## PROBLEM DESCRIPTION
The lines to repeat are those below from the one containing "face PLANE(AX(P(0,0,0),D(0,1,0),D(0,0,1))) rev" down to the one containing "Rebuilt in FreeCAD, every", both included; reproduce them exactly and nothing else.

## Collected data

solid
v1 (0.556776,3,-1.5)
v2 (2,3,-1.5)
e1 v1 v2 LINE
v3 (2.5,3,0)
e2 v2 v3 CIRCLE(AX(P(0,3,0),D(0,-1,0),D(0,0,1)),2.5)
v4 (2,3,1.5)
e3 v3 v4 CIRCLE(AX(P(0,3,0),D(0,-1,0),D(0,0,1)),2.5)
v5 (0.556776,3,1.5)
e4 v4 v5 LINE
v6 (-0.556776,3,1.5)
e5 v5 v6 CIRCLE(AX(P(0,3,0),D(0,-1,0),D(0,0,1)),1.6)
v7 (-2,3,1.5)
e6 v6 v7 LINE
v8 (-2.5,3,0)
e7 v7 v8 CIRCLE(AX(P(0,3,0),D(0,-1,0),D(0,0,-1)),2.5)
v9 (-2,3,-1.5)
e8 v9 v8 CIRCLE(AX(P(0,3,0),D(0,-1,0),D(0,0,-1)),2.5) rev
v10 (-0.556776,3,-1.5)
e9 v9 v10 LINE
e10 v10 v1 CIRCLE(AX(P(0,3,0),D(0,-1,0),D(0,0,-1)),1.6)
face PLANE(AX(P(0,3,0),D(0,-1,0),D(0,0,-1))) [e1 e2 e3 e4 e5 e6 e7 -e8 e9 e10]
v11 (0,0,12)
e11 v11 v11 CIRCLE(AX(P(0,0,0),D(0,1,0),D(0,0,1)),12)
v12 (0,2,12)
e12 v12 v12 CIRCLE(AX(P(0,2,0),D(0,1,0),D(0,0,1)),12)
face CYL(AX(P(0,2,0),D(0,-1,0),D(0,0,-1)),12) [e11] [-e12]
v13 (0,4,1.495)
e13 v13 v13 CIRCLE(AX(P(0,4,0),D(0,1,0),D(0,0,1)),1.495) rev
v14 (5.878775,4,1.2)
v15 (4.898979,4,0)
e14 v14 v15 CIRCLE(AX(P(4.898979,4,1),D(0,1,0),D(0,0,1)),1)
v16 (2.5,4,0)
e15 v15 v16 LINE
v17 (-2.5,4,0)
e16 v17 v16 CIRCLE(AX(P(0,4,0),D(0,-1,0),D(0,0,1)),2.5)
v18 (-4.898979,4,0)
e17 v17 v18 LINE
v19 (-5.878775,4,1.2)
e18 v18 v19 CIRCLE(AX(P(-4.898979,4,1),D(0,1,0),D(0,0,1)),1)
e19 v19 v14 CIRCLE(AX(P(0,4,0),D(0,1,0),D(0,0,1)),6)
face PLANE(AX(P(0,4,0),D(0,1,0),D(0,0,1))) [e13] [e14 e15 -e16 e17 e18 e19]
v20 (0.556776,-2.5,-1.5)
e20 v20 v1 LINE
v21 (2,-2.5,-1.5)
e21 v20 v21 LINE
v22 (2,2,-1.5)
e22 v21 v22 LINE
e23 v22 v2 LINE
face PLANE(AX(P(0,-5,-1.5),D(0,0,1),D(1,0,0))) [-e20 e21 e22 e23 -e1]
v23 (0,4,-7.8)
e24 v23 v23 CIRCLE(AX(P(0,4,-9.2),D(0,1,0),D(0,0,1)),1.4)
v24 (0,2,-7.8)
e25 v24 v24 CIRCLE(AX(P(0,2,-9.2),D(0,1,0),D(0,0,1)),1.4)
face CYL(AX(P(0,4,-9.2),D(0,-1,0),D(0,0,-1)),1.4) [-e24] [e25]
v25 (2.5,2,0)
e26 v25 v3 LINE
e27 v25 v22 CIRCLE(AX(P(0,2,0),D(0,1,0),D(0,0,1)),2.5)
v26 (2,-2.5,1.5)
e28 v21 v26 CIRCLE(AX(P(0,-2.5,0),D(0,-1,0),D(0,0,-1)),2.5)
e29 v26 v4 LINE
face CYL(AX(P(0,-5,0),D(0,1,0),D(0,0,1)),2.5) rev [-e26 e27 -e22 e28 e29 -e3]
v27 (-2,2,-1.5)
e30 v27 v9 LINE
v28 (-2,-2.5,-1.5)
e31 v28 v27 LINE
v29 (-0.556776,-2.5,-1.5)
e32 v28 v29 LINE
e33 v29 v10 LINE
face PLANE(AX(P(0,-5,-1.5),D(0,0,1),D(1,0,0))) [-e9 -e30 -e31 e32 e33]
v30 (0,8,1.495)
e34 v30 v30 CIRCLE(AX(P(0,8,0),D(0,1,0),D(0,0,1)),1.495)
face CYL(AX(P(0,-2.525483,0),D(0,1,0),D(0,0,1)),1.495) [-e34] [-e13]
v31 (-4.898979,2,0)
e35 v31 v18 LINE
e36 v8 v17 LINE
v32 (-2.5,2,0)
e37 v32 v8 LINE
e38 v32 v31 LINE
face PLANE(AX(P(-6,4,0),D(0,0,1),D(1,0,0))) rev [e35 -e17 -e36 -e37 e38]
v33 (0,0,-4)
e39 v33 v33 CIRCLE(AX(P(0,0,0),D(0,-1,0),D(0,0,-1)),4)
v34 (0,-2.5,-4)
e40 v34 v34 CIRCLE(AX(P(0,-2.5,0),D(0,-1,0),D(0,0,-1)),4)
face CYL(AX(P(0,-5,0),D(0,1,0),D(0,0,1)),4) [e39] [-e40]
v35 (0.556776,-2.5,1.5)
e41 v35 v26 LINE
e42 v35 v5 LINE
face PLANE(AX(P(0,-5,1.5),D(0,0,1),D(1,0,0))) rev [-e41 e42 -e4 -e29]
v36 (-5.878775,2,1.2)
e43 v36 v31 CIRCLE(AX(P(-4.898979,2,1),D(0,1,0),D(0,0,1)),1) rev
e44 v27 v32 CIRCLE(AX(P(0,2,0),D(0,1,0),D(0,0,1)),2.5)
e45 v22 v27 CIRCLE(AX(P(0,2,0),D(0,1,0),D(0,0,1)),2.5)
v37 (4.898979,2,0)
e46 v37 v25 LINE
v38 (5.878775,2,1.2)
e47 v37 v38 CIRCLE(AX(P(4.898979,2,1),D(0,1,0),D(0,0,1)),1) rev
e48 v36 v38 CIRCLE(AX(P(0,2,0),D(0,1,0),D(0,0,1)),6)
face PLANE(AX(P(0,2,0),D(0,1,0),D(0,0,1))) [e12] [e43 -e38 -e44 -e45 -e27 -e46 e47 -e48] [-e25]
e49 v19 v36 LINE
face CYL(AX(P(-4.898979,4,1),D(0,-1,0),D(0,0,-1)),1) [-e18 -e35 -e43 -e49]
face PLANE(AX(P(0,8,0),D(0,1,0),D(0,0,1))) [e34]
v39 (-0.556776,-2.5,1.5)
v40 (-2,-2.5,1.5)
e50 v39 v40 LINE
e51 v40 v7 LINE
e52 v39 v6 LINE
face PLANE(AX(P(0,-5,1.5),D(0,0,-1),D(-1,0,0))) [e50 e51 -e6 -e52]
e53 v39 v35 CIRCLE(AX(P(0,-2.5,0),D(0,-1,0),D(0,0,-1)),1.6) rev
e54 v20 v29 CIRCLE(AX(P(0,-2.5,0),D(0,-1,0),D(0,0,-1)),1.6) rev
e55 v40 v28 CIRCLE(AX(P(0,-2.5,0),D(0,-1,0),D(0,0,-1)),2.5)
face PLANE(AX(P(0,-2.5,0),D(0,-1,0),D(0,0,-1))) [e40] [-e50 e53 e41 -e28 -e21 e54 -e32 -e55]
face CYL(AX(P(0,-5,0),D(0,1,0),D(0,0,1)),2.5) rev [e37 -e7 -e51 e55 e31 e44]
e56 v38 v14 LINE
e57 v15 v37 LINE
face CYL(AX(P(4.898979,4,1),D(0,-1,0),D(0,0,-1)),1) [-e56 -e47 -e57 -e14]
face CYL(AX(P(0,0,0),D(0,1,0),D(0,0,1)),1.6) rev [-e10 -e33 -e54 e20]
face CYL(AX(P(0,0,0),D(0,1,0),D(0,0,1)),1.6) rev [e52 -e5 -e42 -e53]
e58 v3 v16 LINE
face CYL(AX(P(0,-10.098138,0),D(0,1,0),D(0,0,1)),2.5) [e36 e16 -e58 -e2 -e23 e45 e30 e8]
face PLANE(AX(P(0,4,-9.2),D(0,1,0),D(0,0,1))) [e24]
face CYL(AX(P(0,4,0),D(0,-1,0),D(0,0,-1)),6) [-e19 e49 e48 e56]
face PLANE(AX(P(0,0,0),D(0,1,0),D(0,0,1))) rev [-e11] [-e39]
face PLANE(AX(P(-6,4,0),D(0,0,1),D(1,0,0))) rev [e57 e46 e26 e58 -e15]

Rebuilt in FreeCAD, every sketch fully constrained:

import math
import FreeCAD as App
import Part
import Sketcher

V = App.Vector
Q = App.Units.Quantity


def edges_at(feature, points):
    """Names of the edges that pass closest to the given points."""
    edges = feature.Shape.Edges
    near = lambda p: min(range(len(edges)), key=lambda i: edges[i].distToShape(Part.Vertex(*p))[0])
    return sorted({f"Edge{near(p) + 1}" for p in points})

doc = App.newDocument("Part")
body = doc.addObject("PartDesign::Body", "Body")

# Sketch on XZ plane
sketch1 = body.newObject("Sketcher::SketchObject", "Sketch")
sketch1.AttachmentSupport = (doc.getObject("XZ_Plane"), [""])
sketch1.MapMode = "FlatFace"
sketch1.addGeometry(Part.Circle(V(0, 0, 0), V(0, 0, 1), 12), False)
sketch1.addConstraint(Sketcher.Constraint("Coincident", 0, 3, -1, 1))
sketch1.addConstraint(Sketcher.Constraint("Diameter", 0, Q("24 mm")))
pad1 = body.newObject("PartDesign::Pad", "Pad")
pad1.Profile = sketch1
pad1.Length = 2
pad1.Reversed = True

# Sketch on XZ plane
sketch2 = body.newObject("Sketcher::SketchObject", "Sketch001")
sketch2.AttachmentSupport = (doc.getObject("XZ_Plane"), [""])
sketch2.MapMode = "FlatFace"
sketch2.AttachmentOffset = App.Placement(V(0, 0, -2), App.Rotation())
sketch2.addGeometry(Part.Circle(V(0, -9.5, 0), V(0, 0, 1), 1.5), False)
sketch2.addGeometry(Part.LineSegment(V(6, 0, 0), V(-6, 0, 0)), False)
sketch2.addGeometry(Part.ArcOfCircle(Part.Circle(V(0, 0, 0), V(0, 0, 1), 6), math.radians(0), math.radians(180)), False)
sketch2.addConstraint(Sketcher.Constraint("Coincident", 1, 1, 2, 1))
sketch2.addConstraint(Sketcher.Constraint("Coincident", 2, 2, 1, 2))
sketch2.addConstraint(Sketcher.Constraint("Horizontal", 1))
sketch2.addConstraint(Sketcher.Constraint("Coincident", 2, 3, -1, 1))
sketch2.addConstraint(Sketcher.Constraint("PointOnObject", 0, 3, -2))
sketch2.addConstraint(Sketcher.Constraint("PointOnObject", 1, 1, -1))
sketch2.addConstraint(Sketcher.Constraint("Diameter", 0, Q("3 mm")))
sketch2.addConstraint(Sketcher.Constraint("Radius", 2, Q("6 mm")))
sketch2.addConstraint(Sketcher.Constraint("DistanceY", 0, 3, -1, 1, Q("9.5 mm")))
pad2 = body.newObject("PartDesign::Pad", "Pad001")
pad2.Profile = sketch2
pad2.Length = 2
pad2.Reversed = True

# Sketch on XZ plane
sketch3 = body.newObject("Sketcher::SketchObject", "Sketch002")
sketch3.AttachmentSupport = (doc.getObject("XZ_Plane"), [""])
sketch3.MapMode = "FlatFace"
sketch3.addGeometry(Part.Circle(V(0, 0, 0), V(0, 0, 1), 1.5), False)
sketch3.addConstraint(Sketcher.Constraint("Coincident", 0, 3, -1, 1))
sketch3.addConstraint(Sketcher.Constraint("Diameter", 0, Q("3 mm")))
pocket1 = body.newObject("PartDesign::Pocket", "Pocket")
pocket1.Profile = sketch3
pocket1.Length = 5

## SOLUTION FOR THIS EXERCISE
face PLANE(AX(P(0,0,0),D(0,1,0),D(0,0,1))) rev [-e11] [-e39]
face PLANE(AX(P(-6,4,0),D(0,0,1),D(1,0,0))) rev [e57 e46 e26 e58 -e15]

Rebuilt in FreeCAD, every sketch fully constrained:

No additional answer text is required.